Well, what can I say? I'm a journalist, and it's all true. Mostly. You just have to do quality control on the stuff you read -- the proprietors of newspapers persuaded themselves long ago that spending money on having enough high quality journalists to keep the reporting accurate and relevant doesn't do anything for circulation.
Spending it on bingo does. Splashing 'exclusives' does.
Gossip and rumour presented as fact does.
Spending it on staff, they think, doesn't.
Look at the new Metro papers, which are put together with a tiny staff mostly from wire reports. When that ATP had to land with half its gear up, the caption on the Metro photograph (taken as it came in, props VERY visible) was "The stricken jet dices with death" or similar.

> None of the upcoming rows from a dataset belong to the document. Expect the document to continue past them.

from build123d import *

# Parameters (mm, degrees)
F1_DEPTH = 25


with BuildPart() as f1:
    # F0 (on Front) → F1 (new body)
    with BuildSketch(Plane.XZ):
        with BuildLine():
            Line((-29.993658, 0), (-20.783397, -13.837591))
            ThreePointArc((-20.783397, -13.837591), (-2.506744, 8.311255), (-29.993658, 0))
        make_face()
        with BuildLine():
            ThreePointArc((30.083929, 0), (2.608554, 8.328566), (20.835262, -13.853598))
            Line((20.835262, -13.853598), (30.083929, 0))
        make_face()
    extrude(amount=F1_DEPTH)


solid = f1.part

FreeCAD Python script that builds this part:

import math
import FreeCAD as App
import Part
import Sketcher

V = App.Vector

doc = App.newDocument("Part")
body = doc.addObject("PartDesign::Body", "Body")
body.AllowCompound = True

# Sketch on XZ plane
sketch1 = body.newObject("Sketcher::SketchObject", "Sketch")
sketch1.AttachmentSupport = (doc.getObject("XZ_Plane"), [""])
sketch1.MapMode = "FlatFace"
sketch1.addGeometry(Part.LineSegment(V(-29.993658, 0, 0), V(-20.783397, -13.837591, 0)), False)
sketch1.addGeometry(Part.ArcOfCircle(Part.Circle(V(-14.993658, 0, 0), V(0, 0, 1), 15), math.radians(-112.704754), math.radians(179.999999)), False)
sketch1.addGeometry(Part.ArcOfCircle(Part.Circle(V(15.083929, 0, 0), V(0, 0, 1), 15), math.radians(0.000001), math.radians(292.545823)), False)
sketch1.addGeometry(Part.LineSegment(V(20.835262, -13.853598, 0), V(30.083929, 0, 0)), False)
sketch1.addConstraint(Sketcher.Constraint("Coincident", 0, 1, 1, 2))
sketch1.addConstraint(Sketcher.Constraint("Coincident", 1, 1, 0, 2))
sketch1.addConstraint(Sketcher.Constraint("Coincident", 2, 1, 3, 2))
sketch1.addConstraint(Sketcher.Constraint("Coincident", 3, 1, 2, 2))
sketch1.addConstraint(Sketcher.Constraint("Equal", 1, 2))
sketch1.addConstraint(Sketcher.Constraint("PointOnObject", 1, 3, -1))
sketch1.addConstraint(Sketcher.Constraint("PointOnObject", 2, 3, -1))
sketch1.addConstraint(Sketcher.Constraint("PointOnObject", 0, 1, -1))
sketch1.addConstraint(Sketcher.Constraint("PointOnObject", 2, 1, -1))
sketch1.addConstraint(Sketcher.Constraint("Radius", 1, 15.0))
sketch1.addConstraint(Sketcher.Constraint("Distance", 0, 16.62251))
sketch1.addConstraint(Sketcher.Constraint("Distance", 3, 16.657131))
sketch1.addConstraint(Sketcher.Constraint("DistanceX", 1, 3, -1, 1, 14.993658))
sketch1.addConstraint(Sketcher.Constraint("DistanceX", -1, 1, 2, 3, 15.083929))
pad1 = body.newObject("PartDesign::Pad", "Pad")
pad1.Profile = sketch1
pad1.Length = 25

doc.recompute()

You just know that NOBODY in the editorial or production process even looked at that caption from the moment some underpaid, overworked subeditor typed it in.
Not all papers are the same, and not all journalists are the same. When the Indy started, there was a new sense of doing it properly -- and for a while, it worked. Then the company tried to launch the Indy on Sunday, and ran out of cash -- result, the rest of Fleet Street sighed with relief and went back to its bad old ways. It'll be a while before the experiment is repeated: the Brits just don't like spending money on quality product.
I could go on, but I won't. The company I work for does computer magazines, and started about ten years ago with a policy of doing rock-solid editorial backed with loads of research. We had as many people on one magazine as our competitors did on five. The rest of the industry laughed and said we'd be gone in six months. We weren't. We did very well. Mind you, we had a three-year path to profitability and some VERY scary times at the beginning, but most other new titles have six months at best to make dosh. Now we're being pulled apart by new owners, and I'm off to the wonderful world of online... and, surprise, the rest of the British industry shows no signs of even noticing that the model of getting things right and earning the trust of your readers is workable.
It's a bloomin' shame, it is. But people keep buying the papers, *then* complaining that they're rubbish. As if Murdoch et al could care less, once they've got your money.